Многие одобренные биоподобные продукты и продукты типа «я тоже» были произведены с использованием микробных систем экспрессии, для которых E. coli остается предпочтительным хозяином6. Поскольку фрагменты антител Fab и scFv негликозилированы и относительно малы, их производство в E. coli может быть более простым и экономически выгодным, чем в традиционных системах культивирования клеток млекопитающих. Фрагменты антител представляют собой белки с дисульфидными связями, которые традиционно рекомбинантно продуцируются в окислительной периплазме или в виде телец включения в восстанавливающей цитоплазме E. coli. Однако оба подхода создают критические узкие места в эффективном производстве этих представляющих интерес белков. Периплазматическая экспрессия Fab часто приводит к низким выходам белка, главным образом из-за неэффективной транслокации белков и небольшого объема периплазмы, в то время как цитоплазматическая экспрессия сталкивается с ограничениями с точки зрения деградации белков в ненативном состоянии и агрегации с тельцами включения. Из семи продаваемых Fab два производятся в E. coli в форме телец включения3,7. Складывание Fab представляет собой сложный процесс, включающий образование дисульфидных связей, цис-транс-пролильную изомеризацию и контролируемую олигомеризацию, и, следовательно, рефолдинг телец включений часто неэффективен и дорог8.

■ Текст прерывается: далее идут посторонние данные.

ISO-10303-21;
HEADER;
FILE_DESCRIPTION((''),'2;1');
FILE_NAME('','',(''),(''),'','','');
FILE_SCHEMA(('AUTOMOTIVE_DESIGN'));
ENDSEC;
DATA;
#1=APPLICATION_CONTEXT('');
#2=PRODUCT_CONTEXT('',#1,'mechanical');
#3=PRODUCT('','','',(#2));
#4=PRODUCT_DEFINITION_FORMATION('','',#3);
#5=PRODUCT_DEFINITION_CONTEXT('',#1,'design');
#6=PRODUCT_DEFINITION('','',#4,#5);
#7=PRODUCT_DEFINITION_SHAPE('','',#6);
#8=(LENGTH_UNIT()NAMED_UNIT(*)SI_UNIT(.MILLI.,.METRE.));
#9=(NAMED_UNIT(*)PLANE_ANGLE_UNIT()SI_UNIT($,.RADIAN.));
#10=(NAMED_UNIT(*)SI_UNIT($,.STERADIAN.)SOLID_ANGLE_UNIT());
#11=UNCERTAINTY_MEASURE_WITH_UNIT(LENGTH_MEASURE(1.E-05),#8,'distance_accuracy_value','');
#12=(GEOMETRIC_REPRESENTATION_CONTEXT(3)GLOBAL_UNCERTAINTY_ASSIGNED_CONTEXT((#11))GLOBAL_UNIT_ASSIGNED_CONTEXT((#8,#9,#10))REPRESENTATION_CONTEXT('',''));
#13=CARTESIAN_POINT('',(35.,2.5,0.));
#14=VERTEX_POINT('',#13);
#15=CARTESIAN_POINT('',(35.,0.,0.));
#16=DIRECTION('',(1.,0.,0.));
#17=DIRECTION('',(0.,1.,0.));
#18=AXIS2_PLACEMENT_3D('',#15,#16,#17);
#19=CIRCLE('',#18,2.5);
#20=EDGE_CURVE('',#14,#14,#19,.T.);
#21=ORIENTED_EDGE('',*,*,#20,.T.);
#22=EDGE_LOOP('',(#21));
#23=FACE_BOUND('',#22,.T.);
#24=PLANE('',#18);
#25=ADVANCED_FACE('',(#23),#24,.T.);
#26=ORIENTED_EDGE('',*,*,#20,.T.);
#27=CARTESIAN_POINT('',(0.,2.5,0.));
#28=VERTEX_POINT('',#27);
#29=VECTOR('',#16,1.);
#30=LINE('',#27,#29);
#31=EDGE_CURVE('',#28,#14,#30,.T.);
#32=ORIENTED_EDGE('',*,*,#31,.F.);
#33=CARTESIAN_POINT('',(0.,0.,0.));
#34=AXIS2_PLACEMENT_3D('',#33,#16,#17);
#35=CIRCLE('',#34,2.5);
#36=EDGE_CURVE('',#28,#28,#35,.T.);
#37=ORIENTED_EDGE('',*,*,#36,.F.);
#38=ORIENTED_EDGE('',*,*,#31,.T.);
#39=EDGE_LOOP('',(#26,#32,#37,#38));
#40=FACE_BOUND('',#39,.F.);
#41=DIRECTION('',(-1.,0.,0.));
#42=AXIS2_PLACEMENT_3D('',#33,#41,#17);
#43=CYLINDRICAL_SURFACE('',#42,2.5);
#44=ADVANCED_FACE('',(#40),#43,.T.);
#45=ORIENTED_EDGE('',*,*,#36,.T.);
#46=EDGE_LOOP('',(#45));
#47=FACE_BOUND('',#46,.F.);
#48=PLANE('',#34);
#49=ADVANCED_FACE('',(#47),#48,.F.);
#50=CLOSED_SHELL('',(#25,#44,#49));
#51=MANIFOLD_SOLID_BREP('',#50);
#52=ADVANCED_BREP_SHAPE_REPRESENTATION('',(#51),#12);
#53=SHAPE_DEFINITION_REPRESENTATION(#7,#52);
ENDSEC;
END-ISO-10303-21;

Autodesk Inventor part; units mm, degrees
ref_plane "YZ Plane" through (0, 0, 0) normal (1, 0, 0) x (0, 1, 0)
ref_plane "XZ Plane" through (0, 0, 0) normal (0, 1, 0) x (-1, 0, 0)
ref_plane "XY Plane" through (0, 0, 0) normal (0, 0, 1) x (1, 0, 0)
sketch "Sketch1" plane through (0, 0, 0) normal (1, 0, 0) x (0, 1, 0)
  circle A0 centre (0, 0) radius 2.5
  dimension "d0" = 5
extrude "Extrusion1" add sketch "Sketch1" along normal blind 35
thread "Thread1" size "3/8-32 UNEF" class "2A" standard "ANSI Unified Screw Threads" full length
properties part number "Forefingers Rod3"
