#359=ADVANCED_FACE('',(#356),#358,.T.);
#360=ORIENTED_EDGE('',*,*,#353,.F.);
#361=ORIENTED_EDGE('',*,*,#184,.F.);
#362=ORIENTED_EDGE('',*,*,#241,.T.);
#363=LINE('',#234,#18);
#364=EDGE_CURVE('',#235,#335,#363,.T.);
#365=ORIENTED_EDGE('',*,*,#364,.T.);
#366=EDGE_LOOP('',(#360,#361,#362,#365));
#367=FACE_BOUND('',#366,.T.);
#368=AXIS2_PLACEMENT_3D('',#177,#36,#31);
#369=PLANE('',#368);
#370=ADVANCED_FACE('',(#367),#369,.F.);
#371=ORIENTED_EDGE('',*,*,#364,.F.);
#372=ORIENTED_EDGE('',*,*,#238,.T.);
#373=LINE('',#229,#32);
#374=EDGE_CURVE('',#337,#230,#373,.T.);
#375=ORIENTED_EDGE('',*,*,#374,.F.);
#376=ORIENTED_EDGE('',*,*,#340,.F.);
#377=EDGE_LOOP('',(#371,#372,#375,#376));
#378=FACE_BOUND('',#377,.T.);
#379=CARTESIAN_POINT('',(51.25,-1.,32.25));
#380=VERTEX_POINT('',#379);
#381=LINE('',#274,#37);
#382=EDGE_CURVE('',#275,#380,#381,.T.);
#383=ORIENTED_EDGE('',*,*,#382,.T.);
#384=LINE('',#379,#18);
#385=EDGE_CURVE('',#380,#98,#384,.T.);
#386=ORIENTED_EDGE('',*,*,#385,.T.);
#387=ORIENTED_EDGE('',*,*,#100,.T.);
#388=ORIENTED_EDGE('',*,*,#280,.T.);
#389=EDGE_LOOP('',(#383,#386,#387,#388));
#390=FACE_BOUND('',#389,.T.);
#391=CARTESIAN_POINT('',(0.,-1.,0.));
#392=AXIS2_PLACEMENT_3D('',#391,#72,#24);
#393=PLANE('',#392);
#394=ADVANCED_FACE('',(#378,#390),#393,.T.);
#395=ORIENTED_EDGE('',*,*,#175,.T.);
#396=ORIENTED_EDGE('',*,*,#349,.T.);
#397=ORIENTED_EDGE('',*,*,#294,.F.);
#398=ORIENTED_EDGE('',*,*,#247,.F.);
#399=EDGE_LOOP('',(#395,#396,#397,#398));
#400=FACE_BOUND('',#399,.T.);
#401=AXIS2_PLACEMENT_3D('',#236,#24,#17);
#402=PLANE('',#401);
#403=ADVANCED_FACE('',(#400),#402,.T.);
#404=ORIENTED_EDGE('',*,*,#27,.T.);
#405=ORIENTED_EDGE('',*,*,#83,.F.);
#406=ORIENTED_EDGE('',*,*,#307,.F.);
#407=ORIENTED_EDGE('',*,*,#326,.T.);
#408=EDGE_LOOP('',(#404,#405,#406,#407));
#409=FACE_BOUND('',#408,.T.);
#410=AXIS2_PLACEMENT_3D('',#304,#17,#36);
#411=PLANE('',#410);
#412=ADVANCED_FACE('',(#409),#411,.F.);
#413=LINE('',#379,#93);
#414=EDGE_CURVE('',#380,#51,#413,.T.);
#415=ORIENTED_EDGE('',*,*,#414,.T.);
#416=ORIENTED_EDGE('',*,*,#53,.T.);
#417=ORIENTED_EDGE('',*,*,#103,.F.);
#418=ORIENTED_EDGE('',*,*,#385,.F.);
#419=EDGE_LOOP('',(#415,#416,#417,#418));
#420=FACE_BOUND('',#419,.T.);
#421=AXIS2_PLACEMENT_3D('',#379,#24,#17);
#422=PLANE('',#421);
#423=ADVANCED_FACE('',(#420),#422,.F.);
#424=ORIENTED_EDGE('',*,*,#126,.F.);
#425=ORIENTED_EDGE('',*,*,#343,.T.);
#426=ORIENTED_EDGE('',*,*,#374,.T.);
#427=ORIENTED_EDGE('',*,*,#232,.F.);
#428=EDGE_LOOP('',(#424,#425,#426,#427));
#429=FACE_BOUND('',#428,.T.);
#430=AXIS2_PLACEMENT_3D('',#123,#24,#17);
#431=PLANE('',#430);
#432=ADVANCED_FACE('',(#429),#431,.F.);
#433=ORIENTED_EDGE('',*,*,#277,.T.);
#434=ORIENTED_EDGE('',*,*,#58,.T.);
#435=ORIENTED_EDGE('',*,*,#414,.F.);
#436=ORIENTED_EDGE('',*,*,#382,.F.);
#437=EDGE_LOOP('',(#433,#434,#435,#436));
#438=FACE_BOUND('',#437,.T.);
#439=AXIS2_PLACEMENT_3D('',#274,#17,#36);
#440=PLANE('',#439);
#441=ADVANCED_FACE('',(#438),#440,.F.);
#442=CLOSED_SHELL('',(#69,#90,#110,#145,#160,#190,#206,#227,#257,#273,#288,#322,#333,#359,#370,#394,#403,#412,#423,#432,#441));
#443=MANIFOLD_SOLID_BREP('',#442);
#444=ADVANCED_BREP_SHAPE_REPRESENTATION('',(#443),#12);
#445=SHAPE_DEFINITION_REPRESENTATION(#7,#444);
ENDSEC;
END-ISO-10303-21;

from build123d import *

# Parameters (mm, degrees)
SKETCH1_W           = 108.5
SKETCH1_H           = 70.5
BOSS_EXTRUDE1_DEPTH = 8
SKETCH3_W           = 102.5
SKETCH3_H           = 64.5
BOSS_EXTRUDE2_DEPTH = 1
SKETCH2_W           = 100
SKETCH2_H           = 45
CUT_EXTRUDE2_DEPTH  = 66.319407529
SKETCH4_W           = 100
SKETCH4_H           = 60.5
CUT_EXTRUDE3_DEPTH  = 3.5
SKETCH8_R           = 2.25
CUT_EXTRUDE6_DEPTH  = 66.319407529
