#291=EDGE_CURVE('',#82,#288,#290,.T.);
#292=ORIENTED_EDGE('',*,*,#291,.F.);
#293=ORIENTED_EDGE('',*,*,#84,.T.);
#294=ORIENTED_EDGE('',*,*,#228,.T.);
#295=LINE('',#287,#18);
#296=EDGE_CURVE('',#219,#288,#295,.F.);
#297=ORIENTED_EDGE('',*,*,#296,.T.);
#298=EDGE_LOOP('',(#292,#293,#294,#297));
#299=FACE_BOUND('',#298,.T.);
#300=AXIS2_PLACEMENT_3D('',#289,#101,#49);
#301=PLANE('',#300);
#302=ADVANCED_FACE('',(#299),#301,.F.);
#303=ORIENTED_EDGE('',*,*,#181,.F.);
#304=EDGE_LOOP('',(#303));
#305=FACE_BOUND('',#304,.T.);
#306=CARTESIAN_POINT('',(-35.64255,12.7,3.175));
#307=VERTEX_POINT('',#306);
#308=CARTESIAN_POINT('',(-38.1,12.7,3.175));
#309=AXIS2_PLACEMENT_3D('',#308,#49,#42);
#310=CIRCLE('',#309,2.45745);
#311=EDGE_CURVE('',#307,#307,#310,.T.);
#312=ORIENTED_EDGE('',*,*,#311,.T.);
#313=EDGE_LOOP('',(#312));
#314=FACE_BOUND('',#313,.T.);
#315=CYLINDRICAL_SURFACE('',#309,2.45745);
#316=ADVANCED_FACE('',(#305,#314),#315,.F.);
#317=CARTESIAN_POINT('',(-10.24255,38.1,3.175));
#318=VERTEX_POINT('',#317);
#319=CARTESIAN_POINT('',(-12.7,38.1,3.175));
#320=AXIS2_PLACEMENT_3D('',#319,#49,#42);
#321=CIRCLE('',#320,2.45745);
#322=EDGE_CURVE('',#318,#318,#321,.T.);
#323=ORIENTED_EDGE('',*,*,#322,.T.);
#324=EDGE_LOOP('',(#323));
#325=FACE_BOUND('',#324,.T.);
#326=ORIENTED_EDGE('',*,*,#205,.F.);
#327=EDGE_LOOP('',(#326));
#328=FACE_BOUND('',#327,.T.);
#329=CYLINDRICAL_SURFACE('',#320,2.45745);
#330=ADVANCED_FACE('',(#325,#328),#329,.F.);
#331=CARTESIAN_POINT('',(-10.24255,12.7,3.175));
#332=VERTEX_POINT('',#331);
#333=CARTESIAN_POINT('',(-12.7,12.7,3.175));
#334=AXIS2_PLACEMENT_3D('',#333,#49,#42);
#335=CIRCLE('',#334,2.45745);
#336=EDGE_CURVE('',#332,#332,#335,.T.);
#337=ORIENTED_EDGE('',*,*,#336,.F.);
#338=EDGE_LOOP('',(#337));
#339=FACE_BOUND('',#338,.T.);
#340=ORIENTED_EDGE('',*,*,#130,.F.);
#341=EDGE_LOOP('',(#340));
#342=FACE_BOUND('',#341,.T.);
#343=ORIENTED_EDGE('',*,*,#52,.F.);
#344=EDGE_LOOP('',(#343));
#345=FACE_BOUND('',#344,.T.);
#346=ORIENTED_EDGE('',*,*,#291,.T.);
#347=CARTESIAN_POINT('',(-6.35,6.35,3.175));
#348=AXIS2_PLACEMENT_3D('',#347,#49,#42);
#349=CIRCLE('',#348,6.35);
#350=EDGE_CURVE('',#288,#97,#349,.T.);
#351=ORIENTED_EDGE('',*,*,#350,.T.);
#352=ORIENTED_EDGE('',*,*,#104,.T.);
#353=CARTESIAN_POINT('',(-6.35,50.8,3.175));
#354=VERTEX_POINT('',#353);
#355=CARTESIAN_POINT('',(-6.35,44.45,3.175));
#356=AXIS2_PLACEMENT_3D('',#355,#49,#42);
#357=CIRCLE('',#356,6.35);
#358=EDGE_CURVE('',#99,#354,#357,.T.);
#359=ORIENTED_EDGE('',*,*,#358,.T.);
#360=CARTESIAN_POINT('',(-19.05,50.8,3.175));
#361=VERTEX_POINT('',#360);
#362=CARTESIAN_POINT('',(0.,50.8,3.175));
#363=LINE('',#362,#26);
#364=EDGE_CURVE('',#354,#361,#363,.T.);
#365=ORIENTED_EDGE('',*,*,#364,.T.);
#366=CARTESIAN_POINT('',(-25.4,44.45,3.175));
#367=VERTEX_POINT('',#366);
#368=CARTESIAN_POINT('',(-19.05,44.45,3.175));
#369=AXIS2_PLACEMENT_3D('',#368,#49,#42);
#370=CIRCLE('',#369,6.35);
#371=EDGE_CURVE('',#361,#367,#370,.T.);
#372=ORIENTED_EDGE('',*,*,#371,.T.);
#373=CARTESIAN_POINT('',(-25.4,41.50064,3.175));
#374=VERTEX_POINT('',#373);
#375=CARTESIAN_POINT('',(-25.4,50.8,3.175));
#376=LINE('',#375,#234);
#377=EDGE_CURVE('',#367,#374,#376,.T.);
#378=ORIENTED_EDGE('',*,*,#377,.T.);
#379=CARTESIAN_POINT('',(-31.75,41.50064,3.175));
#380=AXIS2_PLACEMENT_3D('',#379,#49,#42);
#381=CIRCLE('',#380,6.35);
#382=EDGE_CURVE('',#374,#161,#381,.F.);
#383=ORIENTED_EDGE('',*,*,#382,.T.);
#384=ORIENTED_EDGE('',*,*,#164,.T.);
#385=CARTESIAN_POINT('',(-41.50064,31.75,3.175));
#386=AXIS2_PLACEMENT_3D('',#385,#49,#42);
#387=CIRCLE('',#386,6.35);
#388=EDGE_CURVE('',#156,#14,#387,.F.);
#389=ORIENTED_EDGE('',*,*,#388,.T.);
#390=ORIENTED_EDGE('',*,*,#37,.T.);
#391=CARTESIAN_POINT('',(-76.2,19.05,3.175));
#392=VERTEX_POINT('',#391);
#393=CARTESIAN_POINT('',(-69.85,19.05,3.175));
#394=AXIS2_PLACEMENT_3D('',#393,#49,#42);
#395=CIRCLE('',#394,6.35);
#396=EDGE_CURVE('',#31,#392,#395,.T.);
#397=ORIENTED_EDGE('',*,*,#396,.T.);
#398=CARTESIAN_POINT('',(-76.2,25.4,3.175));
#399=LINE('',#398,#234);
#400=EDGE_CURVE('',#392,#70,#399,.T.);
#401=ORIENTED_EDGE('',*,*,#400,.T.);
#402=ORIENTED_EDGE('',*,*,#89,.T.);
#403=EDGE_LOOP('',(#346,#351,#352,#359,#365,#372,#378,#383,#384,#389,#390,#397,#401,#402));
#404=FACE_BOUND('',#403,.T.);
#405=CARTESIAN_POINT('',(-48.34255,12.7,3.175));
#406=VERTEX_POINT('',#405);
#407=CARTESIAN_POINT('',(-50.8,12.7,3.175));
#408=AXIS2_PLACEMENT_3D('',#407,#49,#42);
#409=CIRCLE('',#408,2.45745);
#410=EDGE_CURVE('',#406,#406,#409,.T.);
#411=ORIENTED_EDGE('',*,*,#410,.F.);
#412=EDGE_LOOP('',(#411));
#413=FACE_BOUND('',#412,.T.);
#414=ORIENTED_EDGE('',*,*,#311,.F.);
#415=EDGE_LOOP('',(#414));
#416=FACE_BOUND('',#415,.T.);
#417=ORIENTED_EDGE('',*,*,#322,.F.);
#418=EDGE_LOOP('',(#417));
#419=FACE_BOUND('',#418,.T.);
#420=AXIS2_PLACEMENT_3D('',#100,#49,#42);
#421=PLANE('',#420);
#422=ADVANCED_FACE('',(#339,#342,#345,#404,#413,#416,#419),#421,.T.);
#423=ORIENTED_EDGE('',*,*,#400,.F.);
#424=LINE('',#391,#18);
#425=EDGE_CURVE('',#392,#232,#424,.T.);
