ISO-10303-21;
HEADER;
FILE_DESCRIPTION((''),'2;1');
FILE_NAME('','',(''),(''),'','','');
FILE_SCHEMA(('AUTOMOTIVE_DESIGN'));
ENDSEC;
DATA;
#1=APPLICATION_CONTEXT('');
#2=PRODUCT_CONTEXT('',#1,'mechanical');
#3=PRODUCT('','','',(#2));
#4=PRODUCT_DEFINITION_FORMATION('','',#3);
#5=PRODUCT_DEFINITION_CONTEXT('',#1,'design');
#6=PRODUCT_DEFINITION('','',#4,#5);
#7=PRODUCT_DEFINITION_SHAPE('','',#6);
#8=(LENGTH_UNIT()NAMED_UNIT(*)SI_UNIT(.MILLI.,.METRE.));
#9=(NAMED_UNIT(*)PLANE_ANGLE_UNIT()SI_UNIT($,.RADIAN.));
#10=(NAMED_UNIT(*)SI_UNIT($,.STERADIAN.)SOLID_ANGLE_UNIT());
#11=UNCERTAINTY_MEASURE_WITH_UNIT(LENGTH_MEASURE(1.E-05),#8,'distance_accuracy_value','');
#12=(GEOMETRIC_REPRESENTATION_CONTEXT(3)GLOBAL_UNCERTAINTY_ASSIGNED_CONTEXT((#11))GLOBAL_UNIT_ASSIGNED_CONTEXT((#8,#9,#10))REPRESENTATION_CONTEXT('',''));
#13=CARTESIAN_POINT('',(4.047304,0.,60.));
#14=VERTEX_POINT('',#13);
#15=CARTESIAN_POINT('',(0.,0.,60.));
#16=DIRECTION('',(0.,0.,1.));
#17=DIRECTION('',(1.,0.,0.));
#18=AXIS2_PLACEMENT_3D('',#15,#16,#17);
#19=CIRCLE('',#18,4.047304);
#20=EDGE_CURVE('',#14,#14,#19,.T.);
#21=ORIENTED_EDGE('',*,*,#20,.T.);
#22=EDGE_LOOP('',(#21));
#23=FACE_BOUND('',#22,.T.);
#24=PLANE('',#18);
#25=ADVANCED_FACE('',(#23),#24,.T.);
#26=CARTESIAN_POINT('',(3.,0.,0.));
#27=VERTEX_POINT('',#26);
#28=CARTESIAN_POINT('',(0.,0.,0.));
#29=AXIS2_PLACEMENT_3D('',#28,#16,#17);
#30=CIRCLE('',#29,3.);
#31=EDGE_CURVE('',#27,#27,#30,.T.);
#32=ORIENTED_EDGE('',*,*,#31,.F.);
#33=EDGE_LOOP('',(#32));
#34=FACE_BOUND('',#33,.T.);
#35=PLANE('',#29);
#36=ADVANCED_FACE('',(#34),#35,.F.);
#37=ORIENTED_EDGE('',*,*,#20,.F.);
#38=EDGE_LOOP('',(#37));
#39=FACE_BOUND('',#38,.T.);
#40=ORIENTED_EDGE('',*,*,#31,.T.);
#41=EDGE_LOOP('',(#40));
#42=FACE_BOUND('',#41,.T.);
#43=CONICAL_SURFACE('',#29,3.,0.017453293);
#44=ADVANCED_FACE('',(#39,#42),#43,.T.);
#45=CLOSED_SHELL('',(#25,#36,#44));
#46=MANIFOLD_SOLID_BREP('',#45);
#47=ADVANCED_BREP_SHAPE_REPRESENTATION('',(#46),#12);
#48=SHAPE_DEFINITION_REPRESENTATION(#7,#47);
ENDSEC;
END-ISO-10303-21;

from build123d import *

# Parameters (mm, degrees)
SKETCH1_R           = 3
BOSS_EXTRUDE3_DEPTH = 60
DRAFT2_ANGLE        = 1


with BuildPart() as part:
    # Sketch1 → Boss-Extrude3 (new body)
    with BuildSketch(Plane.XY):
        Circle(SKETCH1_R)
    extrude(amount=BOSS_EXTRUDE3_DEPTH)

    # Draft2
    draft2_faces = [part.faces().sort_by_distance(p)[0] for p in [
        (-3, 0, 30),
    ]]
    draft(draft2_faces, Plane(origin=(0, 0, 0), x_dir=(-1, 0, 0), z_dir=(0, 0, -1)), DRAFT2_ANGLE)


solid = part.part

Fab-фрагменты состоят из двух ковалентно связанных полипептидных цепей, а именно тяжелой (HC) и легкой (LC) цепей, которые содержат соответственно два константных домена CH1 и CL и два антигенсвязывающих вариабельных домена VH и VL (рис. 1А). Домен CH1 изолированно представляет собой неупорядоченный белок и остается в развернутом состоянии независимо от образования дисульфидных связей9. Одним из критических этапов, ограничивающих скорость сворачивания фрагментов антител, является ассоциация константных доменов, поскольку домен CH1 принимает типичную складку иммуноглобулина (Ig) только при взаимодействии с доменом CL9,10. Кроме того, низкая стабильность HC в сочетании с образованием ковалентно и нековалентно связанных димеров LC гарантирует необходимость балансирования синтеза двух цепей11,12. Разработка и скрининг конструкций с различной силой трансляции LC и HC для оптимальной экспрессии Fab может быть трудоемким, дорогим и не обязательно может привести к успеху. Существует несколько подходов к обеспечению эффективной гетеродимеризации в молекуле Fab, например, Ojima-Kato et al. сообщили о слиянии пар пептидов лейцин-молния с константными доменами (Zipbody)13. Однако это ограничивает терапевтическое применение Fab из-за необходимости этапов расщепления метки и последующих проблем с иммуногенностью.